### Data records
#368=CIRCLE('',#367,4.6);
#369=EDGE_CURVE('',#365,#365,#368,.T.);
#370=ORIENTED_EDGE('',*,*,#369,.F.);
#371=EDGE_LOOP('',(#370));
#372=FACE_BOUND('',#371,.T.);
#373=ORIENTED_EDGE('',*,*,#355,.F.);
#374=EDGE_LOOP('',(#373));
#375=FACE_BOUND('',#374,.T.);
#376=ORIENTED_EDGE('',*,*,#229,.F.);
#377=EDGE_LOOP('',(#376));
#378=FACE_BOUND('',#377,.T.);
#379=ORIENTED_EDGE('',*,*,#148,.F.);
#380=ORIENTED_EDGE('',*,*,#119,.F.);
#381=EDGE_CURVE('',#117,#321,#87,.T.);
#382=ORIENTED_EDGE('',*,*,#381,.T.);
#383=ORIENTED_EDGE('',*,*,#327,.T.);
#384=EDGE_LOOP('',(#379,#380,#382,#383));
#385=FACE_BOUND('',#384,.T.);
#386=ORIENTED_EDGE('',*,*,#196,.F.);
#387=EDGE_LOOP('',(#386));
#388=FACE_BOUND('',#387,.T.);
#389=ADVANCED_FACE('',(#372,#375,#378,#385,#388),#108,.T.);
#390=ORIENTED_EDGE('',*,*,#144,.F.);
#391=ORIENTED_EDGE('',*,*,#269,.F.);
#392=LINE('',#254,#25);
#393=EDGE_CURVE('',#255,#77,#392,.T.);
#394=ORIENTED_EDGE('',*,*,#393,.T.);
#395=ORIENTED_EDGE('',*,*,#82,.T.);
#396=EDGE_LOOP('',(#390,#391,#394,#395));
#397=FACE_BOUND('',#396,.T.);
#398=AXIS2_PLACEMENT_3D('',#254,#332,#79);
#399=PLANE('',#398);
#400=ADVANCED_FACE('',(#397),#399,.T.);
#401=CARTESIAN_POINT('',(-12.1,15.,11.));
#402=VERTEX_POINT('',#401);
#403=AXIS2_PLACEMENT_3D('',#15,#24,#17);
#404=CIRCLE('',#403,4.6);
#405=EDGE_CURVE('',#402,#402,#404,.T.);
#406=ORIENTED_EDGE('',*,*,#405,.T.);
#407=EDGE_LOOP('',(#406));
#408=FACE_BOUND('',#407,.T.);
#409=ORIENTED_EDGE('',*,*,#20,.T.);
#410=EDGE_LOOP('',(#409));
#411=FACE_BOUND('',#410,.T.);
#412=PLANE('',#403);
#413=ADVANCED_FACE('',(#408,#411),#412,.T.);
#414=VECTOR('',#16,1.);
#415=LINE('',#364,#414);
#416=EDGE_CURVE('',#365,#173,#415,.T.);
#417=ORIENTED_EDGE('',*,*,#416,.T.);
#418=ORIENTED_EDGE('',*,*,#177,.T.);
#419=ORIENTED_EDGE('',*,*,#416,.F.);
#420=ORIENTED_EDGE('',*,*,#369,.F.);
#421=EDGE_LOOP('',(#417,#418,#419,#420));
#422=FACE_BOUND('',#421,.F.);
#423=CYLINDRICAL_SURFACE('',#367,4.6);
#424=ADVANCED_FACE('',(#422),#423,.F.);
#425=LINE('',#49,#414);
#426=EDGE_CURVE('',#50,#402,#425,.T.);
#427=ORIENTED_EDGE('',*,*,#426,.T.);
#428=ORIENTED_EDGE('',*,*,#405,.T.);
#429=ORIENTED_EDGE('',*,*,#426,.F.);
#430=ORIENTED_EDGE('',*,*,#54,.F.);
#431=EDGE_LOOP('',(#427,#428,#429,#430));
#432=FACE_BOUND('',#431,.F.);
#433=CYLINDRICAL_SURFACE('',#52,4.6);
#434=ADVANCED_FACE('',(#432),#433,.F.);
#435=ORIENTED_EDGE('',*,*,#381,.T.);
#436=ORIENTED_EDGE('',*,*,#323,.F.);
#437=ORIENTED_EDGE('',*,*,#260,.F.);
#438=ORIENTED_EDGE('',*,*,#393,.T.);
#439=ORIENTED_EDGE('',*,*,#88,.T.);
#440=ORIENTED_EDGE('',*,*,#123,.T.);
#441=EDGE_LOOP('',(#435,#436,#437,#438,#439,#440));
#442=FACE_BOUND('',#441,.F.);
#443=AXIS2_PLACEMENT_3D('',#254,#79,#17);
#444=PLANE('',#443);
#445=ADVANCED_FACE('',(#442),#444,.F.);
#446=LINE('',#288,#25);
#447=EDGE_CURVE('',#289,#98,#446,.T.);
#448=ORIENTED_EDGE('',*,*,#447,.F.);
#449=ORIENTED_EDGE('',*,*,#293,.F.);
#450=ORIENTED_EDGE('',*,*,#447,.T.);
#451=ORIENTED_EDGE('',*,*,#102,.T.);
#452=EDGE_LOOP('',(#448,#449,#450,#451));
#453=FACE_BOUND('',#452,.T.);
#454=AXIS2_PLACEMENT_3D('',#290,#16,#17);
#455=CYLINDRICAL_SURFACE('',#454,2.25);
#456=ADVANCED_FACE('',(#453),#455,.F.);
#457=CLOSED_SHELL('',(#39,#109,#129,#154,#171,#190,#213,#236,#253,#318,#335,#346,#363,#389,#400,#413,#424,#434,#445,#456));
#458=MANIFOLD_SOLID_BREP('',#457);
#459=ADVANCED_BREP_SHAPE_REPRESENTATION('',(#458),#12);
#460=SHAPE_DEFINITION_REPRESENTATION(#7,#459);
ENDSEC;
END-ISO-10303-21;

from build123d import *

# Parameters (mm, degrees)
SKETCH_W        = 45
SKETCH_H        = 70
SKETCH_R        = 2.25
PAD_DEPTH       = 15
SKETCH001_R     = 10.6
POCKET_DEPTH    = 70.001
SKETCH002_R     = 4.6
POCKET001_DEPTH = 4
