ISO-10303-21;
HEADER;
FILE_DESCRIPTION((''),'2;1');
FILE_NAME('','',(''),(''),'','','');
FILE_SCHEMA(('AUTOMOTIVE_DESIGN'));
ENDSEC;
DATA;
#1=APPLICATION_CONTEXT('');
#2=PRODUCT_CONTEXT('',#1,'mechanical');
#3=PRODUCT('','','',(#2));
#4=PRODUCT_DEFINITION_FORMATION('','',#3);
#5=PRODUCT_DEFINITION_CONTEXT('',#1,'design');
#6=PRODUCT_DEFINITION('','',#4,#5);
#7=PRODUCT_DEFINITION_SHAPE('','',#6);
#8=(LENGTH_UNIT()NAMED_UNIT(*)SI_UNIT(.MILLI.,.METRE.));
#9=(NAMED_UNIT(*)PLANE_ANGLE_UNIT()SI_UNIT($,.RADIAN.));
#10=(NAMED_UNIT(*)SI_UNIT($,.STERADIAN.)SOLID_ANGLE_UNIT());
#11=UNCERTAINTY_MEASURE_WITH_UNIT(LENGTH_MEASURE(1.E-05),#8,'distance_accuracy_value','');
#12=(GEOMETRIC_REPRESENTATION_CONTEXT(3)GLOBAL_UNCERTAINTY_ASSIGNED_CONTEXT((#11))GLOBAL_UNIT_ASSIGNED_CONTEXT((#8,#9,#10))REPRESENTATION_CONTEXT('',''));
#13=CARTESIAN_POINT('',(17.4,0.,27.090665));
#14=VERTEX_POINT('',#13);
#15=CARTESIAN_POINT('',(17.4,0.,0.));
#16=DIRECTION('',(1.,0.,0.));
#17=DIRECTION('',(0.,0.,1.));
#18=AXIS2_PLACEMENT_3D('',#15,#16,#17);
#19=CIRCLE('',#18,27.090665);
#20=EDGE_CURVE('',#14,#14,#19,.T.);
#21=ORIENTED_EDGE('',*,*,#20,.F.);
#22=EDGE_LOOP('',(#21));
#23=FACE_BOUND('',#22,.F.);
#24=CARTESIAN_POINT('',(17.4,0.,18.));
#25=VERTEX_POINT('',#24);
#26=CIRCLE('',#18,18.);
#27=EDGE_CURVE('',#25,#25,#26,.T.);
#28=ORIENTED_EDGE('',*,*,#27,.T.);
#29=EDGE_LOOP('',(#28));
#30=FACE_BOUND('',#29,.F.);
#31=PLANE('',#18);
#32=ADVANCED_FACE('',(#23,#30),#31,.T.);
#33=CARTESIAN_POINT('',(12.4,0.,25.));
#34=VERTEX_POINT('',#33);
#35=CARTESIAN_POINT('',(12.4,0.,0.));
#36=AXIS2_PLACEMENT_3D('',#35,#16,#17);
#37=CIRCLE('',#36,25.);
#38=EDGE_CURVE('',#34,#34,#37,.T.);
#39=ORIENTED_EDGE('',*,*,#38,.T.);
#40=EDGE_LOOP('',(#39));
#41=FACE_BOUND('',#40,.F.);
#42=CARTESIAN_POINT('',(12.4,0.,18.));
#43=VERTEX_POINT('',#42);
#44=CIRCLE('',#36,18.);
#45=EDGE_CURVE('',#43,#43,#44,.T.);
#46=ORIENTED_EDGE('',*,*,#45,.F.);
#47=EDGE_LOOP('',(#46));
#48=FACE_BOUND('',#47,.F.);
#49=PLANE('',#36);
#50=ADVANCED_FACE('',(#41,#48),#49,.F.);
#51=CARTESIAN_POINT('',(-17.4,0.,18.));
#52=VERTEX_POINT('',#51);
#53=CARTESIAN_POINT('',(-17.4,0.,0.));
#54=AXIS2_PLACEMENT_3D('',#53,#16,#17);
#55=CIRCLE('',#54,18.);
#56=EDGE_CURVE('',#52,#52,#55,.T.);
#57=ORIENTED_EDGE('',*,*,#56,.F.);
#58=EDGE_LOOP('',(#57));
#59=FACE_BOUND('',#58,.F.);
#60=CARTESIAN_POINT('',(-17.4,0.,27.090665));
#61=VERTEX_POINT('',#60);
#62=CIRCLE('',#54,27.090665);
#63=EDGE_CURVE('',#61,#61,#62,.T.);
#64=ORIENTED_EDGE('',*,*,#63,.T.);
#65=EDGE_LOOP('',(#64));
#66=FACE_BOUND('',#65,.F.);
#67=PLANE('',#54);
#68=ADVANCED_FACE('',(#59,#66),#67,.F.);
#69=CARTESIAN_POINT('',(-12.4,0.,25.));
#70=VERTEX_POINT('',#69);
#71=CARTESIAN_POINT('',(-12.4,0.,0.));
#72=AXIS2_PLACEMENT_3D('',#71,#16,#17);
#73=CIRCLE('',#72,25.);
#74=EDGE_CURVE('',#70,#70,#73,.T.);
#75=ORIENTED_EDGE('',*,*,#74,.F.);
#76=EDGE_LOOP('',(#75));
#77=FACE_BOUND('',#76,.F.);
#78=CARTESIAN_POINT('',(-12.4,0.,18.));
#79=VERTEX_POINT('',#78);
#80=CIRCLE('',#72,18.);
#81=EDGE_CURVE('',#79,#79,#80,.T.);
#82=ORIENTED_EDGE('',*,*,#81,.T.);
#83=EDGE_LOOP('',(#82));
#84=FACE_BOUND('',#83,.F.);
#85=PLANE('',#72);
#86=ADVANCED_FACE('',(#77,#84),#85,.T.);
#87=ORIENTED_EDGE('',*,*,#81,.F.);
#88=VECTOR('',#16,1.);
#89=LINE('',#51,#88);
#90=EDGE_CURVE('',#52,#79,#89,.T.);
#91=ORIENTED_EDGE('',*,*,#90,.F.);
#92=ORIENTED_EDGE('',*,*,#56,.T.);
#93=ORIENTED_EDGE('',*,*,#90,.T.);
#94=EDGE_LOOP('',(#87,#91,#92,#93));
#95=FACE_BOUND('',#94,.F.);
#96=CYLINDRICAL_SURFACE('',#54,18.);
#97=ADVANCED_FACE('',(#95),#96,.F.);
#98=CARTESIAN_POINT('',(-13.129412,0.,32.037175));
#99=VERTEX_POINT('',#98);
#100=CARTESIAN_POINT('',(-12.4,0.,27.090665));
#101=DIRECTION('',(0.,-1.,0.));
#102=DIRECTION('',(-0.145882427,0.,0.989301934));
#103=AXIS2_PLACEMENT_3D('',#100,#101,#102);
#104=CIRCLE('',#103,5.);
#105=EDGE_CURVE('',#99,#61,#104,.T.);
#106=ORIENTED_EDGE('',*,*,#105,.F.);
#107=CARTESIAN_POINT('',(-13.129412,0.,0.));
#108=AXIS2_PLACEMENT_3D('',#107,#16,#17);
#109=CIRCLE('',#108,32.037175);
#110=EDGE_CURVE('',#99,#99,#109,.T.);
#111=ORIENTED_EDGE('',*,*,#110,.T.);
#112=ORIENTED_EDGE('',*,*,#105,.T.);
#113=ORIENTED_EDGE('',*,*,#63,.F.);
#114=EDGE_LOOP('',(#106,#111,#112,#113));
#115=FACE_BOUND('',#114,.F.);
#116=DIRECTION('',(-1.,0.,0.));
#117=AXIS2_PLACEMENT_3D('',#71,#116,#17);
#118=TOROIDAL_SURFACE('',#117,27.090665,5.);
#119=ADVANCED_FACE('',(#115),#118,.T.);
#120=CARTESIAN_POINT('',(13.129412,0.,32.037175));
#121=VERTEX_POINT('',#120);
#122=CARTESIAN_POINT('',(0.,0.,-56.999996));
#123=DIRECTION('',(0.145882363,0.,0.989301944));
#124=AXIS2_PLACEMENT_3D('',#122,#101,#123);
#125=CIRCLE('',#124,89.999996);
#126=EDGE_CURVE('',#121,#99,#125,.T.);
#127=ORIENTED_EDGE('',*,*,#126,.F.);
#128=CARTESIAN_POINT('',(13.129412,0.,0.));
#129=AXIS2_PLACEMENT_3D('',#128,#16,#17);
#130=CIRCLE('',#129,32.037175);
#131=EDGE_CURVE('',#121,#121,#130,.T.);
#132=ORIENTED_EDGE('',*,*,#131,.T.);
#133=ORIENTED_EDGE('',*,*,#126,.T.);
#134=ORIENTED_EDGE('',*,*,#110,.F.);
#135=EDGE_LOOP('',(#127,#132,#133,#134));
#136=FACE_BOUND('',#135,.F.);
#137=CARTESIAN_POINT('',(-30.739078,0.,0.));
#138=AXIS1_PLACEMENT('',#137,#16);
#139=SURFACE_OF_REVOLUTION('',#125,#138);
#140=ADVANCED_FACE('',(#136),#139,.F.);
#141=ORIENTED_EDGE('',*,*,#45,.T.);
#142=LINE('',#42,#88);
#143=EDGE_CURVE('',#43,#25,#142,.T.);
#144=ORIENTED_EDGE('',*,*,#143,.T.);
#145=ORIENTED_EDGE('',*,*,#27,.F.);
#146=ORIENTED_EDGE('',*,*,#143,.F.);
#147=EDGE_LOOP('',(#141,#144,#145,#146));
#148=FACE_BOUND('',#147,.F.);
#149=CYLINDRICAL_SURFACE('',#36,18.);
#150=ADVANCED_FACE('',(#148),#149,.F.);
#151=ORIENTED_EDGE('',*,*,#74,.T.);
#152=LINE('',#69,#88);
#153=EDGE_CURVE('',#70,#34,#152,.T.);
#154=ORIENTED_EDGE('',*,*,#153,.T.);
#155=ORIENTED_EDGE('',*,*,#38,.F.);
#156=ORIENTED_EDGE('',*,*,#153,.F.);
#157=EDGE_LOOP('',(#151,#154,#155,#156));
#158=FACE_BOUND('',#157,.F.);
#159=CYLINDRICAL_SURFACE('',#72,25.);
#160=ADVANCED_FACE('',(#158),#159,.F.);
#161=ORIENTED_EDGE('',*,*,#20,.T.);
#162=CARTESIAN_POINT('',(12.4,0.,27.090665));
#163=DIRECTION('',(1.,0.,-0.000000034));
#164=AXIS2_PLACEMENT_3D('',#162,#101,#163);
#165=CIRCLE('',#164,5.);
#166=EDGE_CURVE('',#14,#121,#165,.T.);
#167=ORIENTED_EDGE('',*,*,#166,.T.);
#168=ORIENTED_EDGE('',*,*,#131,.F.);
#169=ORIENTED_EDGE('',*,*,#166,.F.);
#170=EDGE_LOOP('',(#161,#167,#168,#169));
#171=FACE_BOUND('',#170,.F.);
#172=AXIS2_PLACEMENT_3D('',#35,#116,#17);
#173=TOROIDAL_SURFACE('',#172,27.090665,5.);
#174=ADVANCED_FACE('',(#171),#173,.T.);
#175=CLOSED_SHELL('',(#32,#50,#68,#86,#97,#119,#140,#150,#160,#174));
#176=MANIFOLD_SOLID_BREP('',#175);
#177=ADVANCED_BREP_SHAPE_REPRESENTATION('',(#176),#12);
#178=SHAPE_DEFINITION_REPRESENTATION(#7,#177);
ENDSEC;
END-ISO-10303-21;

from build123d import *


with BuildPart() as f1:
    # F0 (on Front) → F1 (revolve)
    with BuildSketch(Plane.XZ):
        with BuildLine():
            Line((-17.4, 27.090665), (-17.4, 18))
            Line((-17.4, 18), (-12.4, 18))
            Line((-12.4, 18), (-12.4, 25))
            Line((-12.4, 25), (12.4, 25))
            Line((12.4, 25), (12.4, 18))
            Line((12.4, 18), (17.4, 18))
            Line((17.4, 18), (17.4, 27.090665))
            ThreePointArc((17.4, 27.090665), (16.184644, 30.358152), (13.129412, 32.037175))
            ThreePointArc((13.129412, 32.037175), (0, 33), (-13.129412, 32.037175))
            ThreePointArc((-13.129412, 32.037175), (-16.184644, 30.358152), (-17.4, 27.090665))
        make_face()
    revolve(axis=Axis((-30.739078, 0, 0), (1, 0, 0)))


solid = f1.part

### Work required
Copy out, exactly and alone, the lines of the entries above between the ones holding "#413=ADVANCED_FACE('',(#408,#411),#412,.T.);" and "#434=ADVANCED_FACE('',(#432),#433,.F.);", inclusive.

### Answer box
#413=ADVANCED_FACE('',(#408,#411),#412,.T.);
#414=VECTOR('',#16,1.);
#415=LINE('',#364,#414);
#416=EDGE_CURVE('',#365,#173,#415,.T.);
#417=ORIENTED_EDGE('',*,*,#416,.T.);
#418=ORIENTED_EDGE('',*,*,#177,.T.);
#419=ORIENTED_EDGE('',*,*,#416,.F.);
#420=ORIENTED_EDGE('',*,*,#369,.F.);
#421=EDGE_LOOP('',(#417,#418,#419,#420));
#422=FACE_BOUND('',#421,.F.);
#423=CYLINDRICAL_SURFACE('',#367,4.6);
#424=ADVANCED_FACE('',(#422),#423,.F.);
#425=LINE('',#49,#414);
#426=EDGE_CURVE('',#50,#402,#425,.T.);
#427=ORIENTED_EDGE('',*,*,#426,.T.);
#428=ORIENTED_EDGE('',*,*,#405,.T.);
#429=ORIENTED_EDGE('',*,*,#426,.F.);
#430=ORIENTED_EDGE('',*,*,#54,.F.);
#431=EDGE_LOOP('',(#427,#428,#429,#430));
#432=FACE_BOUND('',#431,.F.);
#433=CYLINDRICAL_SURFACE('',#52,4.6);
#434=ADVANCED_FACE('',(#432),#433,.F.);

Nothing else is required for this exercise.